**What you will do**
Among the entries below, find the lines with "sides" and copy them.

**Supplied information**
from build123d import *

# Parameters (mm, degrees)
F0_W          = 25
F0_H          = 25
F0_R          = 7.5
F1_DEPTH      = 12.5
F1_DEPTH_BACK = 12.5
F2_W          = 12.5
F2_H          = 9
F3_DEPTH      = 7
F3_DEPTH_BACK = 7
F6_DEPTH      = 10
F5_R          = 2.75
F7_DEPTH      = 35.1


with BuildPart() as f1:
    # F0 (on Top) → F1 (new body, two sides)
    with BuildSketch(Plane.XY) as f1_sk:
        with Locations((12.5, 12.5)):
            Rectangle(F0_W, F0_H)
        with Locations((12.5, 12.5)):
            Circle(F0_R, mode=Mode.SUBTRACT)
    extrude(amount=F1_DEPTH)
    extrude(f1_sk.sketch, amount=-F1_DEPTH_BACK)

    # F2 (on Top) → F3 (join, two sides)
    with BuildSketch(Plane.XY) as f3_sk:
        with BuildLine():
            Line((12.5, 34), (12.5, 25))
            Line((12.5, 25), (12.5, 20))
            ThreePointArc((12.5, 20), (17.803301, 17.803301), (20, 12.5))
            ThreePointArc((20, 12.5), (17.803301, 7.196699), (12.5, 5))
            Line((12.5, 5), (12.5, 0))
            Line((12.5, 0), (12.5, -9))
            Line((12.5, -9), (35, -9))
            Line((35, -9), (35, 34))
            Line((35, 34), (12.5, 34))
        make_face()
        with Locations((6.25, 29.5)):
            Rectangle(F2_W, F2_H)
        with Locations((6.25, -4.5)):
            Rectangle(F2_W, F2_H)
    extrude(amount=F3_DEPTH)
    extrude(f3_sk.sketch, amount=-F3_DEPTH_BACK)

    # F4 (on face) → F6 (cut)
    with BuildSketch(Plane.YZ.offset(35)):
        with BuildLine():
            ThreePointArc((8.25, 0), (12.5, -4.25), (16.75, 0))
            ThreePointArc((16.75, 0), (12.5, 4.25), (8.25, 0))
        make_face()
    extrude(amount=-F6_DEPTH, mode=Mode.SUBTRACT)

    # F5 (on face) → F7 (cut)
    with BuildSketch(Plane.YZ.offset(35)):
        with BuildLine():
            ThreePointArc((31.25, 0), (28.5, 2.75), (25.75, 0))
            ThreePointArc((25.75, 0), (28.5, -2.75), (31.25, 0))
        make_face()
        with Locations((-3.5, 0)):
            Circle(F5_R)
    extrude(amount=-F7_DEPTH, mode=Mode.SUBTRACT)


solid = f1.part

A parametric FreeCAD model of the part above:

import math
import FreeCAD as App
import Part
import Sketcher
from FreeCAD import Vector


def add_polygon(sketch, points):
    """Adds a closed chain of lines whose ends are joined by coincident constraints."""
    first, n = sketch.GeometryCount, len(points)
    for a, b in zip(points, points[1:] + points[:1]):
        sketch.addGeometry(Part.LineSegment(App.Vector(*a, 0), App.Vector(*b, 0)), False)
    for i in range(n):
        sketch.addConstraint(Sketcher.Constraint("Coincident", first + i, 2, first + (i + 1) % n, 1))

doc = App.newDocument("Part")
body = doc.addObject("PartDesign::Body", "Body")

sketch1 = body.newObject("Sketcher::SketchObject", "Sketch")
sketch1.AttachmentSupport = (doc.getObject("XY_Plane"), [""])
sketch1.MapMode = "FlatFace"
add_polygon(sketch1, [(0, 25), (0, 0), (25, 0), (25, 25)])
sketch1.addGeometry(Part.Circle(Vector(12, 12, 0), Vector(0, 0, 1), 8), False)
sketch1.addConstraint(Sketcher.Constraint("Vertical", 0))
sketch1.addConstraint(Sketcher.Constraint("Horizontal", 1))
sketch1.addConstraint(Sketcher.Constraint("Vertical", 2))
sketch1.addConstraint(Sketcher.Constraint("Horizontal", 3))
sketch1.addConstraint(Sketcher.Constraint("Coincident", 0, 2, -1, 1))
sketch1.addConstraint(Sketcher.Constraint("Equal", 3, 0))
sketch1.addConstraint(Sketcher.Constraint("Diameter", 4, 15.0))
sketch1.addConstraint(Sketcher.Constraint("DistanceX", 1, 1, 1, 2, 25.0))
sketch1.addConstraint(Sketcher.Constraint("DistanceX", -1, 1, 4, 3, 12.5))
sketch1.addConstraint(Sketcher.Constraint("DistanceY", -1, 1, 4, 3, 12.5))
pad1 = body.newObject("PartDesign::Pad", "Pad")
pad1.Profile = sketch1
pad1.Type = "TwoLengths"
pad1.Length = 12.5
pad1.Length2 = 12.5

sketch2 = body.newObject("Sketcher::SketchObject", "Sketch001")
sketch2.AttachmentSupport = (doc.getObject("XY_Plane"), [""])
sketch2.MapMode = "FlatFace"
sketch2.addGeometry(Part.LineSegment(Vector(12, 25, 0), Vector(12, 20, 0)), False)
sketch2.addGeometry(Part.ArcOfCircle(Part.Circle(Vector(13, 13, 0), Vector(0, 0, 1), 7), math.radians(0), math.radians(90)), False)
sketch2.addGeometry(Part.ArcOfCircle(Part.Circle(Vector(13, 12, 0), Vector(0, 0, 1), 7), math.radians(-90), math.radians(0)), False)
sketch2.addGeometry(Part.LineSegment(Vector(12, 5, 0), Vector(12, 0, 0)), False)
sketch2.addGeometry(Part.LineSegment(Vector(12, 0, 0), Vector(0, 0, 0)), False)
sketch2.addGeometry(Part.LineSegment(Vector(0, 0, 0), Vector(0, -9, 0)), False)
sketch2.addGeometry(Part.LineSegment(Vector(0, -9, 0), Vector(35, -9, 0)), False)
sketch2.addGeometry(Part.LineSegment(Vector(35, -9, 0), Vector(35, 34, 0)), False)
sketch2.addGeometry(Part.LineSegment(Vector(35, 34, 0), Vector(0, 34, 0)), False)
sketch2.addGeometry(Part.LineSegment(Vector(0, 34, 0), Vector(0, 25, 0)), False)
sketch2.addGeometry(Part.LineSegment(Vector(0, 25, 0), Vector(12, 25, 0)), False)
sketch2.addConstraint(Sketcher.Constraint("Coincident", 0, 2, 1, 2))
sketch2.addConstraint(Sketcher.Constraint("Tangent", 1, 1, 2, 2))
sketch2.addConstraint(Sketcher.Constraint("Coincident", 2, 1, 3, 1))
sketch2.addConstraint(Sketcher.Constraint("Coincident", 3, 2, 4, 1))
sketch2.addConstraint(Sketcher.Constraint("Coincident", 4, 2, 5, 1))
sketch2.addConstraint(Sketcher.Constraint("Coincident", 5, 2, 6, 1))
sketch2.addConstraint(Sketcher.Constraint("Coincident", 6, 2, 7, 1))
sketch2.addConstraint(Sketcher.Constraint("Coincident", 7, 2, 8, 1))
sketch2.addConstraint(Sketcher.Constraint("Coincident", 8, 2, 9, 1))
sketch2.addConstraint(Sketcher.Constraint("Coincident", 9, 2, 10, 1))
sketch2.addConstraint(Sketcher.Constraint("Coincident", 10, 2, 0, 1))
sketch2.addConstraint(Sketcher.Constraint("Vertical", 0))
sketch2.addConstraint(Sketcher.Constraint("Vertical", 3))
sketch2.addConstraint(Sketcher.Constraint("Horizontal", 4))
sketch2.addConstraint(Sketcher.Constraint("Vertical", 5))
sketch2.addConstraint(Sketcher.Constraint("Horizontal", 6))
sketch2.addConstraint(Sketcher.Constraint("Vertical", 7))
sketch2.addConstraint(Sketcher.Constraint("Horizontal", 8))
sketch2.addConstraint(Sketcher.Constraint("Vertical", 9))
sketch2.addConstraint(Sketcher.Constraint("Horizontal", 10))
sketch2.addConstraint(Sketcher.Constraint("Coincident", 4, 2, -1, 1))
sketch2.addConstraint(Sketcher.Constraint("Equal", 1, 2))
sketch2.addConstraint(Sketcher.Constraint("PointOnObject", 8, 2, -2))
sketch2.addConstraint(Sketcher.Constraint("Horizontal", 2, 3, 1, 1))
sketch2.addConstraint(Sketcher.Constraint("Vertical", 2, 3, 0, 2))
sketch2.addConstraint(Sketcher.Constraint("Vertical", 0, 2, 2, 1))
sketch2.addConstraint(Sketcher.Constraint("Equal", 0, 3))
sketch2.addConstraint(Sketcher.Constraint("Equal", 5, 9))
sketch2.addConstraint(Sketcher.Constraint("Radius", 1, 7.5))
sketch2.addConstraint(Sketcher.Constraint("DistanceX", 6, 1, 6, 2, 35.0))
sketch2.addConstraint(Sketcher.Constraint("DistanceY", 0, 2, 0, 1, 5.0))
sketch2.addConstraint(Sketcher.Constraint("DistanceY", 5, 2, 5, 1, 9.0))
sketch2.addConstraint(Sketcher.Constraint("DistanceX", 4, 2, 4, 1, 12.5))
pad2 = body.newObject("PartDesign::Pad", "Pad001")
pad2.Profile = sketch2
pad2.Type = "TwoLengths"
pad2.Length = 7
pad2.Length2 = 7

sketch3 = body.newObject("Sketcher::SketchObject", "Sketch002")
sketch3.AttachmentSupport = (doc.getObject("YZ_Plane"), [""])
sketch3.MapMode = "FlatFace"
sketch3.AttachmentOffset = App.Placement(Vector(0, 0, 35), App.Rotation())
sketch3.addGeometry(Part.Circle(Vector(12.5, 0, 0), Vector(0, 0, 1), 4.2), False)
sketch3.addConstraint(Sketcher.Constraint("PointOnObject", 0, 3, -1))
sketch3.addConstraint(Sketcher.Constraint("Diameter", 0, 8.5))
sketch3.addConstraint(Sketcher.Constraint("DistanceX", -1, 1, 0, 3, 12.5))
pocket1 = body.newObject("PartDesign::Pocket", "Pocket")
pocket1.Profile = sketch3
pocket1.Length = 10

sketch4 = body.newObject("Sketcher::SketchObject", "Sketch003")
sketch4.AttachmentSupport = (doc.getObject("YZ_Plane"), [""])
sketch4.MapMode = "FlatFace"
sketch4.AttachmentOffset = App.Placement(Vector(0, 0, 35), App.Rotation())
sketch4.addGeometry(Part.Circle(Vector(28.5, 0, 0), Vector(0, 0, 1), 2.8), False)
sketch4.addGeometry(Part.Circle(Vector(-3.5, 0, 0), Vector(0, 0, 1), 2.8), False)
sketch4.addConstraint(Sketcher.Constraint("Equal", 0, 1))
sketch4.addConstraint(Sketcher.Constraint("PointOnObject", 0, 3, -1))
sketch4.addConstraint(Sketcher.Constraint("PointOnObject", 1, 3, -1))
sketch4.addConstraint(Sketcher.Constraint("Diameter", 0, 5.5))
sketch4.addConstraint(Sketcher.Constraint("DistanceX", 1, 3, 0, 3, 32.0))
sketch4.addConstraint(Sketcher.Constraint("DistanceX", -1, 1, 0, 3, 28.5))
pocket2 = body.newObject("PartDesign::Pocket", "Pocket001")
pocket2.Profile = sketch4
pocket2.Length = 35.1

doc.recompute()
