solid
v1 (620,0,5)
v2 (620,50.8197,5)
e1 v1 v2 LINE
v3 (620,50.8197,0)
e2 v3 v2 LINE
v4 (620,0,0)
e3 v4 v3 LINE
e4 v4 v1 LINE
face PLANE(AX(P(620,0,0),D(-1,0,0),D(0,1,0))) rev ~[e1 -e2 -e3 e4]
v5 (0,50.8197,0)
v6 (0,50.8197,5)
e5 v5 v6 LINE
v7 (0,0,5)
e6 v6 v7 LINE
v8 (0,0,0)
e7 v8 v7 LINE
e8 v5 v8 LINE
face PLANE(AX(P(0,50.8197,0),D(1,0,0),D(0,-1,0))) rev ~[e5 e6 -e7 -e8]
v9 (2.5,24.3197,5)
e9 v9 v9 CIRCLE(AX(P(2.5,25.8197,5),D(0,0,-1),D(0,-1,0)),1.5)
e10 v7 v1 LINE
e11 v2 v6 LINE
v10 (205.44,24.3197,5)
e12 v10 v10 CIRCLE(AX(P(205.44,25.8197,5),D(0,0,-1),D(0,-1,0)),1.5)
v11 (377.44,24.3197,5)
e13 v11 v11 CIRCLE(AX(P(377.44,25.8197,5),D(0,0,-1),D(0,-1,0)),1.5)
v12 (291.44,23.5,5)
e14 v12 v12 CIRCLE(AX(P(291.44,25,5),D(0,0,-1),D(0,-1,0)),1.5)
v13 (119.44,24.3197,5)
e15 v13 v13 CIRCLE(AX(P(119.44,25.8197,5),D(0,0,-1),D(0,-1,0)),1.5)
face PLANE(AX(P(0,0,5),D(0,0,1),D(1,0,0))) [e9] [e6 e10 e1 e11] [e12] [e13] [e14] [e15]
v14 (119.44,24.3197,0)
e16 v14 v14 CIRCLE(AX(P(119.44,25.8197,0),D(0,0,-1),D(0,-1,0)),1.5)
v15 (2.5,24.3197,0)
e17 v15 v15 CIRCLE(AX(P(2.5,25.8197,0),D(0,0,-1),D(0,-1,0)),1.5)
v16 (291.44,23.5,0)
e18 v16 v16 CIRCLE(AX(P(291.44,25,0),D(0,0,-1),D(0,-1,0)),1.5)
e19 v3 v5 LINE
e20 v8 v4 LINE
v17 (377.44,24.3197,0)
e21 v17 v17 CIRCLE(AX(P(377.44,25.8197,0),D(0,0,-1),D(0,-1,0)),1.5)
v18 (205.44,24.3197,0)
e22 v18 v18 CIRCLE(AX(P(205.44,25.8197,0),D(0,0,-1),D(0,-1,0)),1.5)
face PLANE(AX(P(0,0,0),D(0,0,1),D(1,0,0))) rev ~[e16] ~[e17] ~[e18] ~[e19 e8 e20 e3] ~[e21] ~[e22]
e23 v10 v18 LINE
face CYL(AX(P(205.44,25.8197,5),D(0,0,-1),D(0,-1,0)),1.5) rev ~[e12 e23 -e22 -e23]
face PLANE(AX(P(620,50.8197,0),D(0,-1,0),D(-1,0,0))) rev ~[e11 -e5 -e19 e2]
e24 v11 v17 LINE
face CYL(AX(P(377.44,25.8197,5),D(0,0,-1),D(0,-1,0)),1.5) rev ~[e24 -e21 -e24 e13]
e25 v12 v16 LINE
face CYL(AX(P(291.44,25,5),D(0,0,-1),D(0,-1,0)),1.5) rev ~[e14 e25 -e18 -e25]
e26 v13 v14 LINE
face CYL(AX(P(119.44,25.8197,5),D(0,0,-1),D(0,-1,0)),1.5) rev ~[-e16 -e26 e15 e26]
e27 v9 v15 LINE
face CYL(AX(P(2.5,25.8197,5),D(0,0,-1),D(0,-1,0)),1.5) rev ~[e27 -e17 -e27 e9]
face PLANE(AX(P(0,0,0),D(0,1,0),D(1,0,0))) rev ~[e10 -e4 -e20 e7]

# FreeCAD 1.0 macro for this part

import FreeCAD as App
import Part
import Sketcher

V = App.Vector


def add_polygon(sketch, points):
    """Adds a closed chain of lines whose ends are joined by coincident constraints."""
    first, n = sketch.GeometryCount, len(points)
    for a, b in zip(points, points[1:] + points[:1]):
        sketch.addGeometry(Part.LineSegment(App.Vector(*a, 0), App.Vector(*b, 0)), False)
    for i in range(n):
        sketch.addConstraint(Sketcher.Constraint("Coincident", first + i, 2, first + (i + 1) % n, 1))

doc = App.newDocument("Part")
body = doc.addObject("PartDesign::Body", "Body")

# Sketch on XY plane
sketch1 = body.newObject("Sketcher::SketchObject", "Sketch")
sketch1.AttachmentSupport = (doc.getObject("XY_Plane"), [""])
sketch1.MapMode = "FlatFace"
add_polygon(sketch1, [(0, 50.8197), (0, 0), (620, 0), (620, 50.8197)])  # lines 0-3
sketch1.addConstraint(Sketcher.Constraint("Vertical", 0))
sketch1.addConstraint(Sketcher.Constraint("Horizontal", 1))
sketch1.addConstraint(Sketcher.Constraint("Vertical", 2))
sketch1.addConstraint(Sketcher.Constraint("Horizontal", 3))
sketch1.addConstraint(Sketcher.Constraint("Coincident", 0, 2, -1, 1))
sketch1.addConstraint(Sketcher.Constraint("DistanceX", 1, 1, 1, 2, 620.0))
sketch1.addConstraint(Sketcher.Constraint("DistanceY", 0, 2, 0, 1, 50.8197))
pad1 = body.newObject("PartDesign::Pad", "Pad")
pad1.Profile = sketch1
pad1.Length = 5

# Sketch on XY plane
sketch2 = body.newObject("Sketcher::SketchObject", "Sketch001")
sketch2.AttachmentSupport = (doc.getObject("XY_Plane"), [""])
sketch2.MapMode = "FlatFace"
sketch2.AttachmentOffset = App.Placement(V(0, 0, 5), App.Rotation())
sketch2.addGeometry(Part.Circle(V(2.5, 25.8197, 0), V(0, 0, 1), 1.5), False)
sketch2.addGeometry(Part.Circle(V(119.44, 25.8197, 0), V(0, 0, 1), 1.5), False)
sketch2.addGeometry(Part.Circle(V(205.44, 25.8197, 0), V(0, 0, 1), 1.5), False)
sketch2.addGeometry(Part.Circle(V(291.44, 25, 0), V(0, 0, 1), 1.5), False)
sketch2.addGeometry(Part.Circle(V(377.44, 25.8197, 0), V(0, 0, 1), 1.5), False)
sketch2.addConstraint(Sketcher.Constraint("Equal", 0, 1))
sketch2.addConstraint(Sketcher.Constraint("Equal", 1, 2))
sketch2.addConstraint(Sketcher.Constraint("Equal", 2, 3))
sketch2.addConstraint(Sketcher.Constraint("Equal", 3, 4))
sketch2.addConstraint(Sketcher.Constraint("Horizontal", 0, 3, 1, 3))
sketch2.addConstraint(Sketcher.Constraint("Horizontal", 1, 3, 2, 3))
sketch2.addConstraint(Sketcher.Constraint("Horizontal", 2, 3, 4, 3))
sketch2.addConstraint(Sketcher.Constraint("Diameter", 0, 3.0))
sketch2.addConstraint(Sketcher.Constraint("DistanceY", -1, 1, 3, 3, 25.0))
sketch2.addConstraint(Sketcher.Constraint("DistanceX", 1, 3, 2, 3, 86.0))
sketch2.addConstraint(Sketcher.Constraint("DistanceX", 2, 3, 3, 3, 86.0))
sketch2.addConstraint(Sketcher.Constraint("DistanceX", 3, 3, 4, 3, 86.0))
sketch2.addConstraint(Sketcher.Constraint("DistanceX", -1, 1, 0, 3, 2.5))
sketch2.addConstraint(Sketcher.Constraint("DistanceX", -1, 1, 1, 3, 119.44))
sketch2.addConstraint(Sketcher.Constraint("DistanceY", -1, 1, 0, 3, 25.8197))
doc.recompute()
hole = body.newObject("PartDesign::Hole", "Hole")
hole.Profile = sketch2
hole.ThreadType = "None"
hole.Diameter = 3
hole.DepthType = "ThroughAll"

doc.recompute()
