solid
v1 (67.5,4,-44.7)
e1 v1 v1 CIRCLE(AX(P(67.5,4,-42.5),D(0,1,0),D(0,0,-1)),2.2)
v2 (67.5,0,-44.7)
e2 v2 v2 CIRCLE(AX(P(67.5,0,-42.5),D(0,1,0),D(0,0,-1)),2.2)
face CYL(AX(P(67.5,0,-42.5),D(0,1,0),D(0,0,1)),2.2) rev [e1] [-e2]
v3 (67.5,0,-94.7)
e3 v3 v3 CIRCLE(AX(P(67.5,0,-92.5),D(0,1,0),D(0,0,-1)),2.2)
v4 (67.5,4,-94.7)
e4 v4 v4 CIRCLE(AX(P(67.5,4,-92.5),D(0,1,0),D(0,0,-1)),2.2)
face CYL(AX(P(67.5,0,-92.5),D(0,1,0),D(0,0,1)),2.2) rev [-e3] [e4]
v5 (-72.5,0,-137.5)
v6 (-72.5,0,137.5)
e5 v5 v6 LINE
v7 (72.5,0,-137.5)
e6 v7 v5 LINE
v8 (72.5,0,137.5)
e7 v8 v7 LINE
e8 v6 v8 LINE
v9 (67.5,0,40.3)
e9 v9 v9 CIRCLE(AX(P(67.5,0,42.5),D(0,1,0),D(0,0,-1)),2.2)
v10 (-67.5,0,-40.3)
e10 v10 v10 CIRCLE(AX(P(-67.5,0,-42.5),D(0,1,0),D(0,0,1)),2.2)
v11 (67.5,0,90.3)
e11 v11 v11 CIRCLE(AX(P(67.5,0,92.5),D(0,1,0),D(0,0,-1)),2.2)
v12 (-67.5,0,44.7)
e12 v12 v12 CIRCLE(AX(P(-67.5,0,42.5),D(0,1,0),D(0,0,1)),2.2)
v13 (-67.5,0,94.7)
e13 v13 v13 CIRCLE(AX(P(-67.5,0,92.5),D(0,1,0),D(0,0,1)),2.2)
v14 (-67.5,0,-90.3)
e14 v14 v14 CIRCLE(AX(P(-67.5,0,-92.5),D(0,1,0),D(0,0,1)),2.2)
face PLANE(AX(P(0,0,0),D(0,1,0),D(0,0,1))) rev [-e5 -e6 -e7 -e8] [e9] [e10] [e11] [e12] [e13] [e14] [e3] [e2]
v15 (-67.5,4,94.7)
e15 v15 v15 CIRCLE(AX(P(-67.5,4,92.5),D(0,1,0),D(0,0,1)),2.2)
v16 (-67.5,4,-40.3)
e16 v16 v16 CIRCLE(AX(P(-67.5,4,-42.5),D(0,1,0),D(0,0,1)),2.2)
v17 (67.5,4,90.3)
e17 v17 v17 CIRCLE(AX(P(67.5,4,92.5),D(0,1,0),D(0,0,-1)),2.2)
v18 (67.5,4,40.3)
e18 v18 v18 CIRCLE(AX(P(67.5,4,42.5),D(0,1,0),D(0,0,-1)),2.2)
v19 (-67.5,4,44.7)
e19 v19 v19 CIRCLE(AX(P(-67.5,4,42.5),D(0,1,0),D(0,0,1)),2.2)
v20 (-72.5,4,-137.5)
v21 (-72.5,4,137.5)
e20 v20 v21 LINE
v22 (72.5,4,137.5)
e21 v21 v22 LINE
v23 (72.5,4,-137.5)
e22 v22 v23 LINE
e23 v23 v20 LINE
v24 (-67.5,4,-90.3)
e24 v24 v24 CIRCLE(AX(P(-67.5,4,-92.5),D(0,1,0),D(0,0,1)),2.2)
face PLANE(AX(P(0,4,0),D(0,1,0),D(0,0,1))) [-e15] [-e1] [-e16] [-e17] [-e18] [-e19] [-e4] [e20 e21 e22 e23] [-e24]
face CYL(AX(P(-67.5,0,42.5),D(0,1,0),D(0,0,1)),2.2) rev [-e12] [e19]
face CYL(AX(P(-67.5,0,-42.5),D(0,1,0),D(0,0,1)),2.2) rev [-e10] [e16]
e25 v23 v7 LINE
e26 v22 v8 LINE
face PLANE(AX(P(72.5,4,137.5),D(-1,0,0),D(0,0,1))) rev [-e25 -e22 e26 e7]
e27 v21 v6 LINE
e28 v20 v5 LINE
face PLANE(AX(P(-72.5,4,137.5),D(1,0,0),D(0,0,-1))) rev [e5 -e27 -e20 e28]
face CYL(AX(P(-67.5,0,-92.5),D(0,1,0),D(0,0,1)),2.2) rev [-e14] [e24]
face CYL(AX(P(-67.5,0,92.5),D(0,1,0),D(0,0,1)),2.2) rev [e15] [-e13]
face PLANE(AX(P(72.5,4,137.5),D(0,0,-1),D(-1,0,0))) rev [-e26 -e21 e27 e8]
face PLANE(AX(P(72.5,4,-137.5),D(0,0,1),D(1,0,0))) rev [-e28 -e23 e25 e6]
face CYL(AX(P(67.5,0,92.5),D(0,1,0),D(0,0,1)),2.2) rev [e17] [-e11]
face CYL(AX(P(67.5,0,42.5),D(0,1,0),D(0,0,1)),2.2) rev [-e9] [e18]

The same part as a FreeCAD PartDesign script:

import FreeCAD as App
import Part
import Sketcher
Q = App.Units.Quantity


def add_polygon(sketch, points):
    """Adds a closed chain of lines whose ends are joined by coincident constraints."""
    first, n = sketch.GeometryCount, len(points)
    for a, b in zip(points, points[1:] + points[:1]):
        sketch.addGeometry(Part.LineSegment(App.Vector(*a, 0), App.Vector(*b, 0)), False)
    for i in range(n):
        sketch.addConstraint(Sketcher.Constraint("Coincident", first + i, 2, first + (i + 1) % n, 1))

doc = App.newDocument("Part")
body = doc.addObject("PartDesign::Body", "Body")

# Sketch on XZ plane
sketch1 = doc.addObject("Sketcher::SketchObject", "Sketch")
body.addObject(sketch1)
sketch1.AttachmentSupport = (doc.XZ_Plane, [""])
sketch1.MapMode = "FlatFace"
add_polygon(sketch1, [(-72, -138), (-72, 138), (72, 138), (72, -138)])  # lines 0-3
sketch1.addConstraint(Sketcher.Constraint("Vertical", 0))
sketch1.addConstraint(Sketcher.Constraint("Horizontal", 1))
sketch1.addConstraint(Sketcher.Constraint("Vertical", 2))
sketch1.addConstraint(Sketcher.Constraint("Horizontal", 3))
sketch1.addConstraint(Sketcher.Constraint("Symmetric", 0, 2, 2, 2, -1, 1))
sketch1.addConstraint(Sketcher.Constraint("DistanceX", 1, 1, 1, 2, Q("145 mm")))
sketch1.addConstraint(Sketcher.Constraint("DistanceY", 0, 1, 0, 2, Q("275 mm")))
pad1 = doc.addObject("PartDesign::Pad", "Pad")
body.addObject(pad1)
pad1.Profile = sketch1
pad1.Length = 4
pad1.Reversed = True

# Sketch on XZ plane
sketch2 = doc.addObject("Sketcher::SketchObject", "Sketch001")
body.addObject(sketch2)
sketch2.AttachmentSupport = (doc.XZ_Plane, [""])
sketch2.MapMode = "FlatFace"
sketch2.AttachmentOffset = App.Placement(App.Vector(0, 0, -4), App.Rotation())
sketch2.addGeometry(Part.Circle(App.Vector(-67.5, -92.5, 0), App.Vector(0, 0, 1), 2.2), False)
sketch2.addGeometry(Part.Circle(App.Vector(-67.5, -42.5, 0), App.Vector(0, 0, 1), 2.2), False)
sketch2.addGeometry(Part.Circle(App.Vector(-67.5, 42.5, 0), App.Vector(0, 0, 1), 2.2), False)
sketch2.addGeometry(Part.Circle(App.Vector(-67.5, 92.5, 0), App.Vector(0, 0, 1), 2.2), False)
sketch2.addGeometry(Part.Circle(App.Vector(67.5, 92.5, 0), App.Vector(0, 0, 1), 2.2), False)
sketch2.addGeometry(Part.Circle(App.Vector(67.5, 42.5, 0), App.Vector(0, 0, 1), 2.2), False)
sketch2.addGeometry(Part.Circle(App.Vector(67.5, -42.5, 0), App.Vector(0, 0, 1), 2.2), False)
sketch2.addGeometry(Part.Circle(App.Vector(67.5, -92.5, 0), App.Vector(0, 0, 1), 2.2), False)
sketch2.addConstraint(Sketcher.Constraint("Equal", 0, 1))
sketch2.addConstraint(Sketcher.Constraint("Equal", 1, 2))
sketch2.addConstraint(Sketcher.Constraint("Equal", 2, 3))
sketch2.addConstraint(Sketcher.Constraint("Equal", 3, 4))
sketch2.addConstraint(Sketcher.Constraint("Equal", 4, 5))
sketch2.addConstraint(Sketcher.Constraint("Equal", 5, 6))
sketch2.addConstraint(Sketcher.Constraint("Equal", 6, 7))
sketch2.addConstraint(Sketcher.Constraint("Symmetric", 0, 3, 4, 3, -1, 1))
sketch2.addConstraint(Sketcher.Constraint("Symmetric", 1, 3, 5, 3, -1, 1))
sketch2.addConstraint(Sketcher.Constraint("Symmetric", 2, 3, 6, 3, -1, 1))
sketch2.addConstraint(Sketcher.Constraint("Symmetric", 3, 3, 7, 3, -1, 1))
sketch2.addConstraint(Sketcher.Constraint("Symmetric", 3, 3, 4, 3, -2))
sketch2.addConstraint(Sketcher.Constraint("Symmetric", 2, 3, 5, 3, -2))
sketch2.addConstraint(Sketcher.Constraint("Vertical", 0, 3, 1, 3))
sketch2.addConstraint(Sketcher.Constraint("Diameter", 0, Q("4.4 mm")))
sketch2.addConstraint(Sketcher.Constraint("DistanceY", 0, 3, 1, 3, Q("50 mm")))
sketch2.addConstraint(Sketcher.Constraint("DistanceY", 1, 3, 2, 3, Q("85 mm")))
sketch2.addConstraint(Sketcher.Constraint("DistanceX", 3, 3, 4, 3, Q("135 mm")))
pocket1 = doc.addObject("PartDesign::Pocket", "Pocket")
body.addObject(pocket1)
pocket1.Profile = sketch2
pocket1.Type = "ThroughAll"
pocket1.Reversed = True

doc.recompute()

**Your solution**
    # F0 (on Top) → F1 (new body, two sides)
    # F2 (on Top) → F3 (join, two sides)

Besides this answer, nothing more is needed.